*Prompt:* The data are to be restated in full, exactly as presented.

Dataset entries

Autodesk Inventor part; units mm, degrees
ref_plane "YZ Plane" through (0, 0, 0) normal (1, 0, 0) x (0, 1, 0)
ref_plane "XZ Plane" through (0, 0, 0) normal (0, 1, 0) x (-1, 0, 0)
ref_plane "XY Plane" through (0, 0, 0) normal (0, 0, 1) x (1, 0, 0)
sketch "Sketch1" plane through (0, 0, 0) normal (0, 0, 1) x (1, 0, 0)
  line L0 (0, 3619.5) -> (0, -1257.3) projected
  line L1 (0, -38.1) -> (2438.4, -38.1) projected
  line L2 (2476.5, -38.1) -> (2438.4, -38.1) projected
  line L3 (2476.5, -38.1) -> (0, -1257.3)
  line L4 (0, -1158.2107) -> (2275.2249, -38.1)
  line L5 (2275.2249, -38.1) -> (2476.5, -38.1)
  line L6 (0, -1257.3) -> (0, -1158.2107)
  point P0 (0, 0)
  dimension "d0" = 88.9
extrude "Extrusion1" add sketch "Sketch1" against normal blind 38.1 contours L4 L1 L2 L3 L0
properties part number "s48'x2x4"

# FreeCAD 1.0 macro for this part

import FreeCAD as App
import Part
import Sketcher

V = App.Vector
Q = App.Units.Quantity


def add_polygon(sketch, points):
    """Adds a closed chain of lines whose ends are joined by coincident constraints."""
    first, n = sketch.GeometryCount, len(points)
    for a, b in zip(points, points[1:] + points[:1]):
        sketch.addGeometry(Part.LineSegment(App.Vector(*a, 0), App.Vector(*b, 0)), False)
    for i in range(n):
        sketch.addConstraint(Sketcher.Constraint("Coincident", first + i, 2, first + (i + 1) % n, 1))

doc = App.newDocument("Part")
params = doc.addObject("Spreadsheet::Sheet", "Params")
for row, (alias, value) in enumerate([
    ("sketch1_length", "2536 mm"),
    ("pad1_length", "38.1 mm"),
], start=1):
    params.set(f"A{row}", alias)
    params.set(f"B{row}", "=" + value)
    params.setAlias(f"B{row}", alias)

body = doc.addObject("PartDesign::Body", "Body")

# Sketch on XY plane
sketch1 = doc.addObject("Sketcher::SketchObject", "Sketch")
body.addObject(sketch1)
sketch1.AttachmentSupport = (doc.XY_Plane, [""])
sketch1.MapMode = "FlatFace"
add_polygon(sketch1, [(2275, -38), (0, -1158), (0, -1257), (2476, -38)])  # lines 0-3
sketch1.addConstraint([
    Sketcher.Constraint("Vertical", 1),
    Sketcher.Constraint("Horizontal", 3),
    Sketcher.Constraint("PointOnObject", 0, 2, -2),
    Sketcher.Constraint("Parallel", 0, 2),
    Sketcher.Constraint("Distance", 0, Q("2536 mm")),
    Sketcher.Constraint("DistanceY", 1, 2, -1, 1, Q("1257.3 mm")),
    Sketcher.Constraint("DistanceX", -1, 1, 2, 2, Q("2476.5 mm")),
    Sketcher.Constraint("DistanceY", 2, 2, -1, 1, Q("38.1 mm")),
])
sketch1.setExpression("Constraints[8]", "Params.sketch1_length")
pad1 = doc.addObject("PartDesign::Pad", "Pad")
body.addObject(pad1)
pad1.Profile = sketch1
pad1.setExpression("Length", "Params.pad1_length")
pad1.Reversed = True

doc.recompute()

*Problem solution:*
Autodesk Inventor part; units mm, degrees
ref_plane "YZ Plane" through (0, 0, 0) normal (1, 0, 0) x (0, 1, 0)
ref_plane "XZ Plane" through (0, 0, 0) normal (0, 1, 0) x (-1, 0, 0)
ref_plane "XY Plane" through (0, 0, 0) normal (0, 0, 1) x (1, 0, 0)
sketch "Sketch1" plane through (0, 0, 0) normal (0, 0, 1) x (1, 0, 0)
  line L0 (0, 3619.5) -> (0, -1257.3) projected
  line L1 (0, -38.1) -> (2438.4, -38.1) projected
  line L2 (2476.5, -38.1) -> (2438.4, -38.1) projected
  line L3 (2476.5, -38.1) -> (0, -1257.3)
  line L4 (0, -1158.2107) -> (2275.2249, -38.1)
  line L5 (2275.2249, -38.1) -> (2476.5, -38.1)
  line L6 (0, -1257.3) -> (0, -1158.2107)
  point P0 (0, 0)
  dimension "d0" = 88.9
extrude "Extrusion1" add sketch "Sketch1" against normal blind 38.1 contours L4 L1 L2 L3 L0
properties part number "s48'x2x4"

# FreeCAD 1.0 macro for this part

import FreeCAD as App
import Part
import Sketcher

V = App.Vector
Q = App.Units.Quantity


def add_polygon(sketch, points):
    """Adds a closed chain of lines whose ends are joined by coincident constraints."""
    first, n = sketch.GeometryCount, len(points)
    for a, b in zip(points, points[1:] + points[:1]):
        sketch.addGeometry(Part.LineSegment(App.Vector(*a, 0), App.Vector(*b, 0)), False)
    for i in range(n):
        sketch.addConstraint(Sketcher.Constraint("Coincident", first + i, 2, first + (i + 1) % n, 1))

doc = App.newDocument("Part")
params = doc.addObject("Spreadsheet::Sheet", "Params")
for row, (alias, value) in enumerate([
    ("sketch1_length", "2536 mm"),
    ("pad1_length", "38.1 mm"),
], start=1):
    params.set(f"A{row}", alias)
    params.set(f"B{row}", "=" + value)
    params.setAlias(f"B{row}", alias)

body = doc.addObject("PartDesign::Body", "Body")

# Sketch on XY plane
sketch1 = doc.addObject("Sketcher::SketchObject", "Sketch")
body.addObject(sketch1)
sketch1.AttachmentSupport = (doc.XY_Plane, [""])
sketch1.MapMode = "FlatFace"
add_polygon(sketch1, [(2275, -38), (0, -1158), (0, -1257), (2476, -38)])  # lines 0-3
sketch1.addConstraint([
    Sketcher.Constraint("Vertical", 1),
    Sketcher.Constraint("Horizontal", 3),
    Sketcher.Constraint("PointOnObject", 0, 2, -2),
    Sketcher.Constraint("Parallel", 0, 2),
    Sketcher.Constraint("Distance", 0, Q("2536 mm")),
    Sketcher.Constraint("DistanceY", 1, 2, -1, 1, Q("1257.3 mm")),
    Sketcher.Constraint("DistanceX", -1, 1, 2, 2, Q("2476.5 mm")),
    Sketcher.Constraint("DistanceY", 2, 2, -1, 1, Q("38.1 mm")),
])
sketch1.setExpression("Constraints[8]", "Params.sketch1_length")
pad1 = doc.addObject("PartDesign::Pad", "Pad")
body.addObject(pad1)
pad1.Profile = sketch1
pad1.setExpression("Length", "Params.pad1_length")
pad1.Reversed = True

doc.recompute()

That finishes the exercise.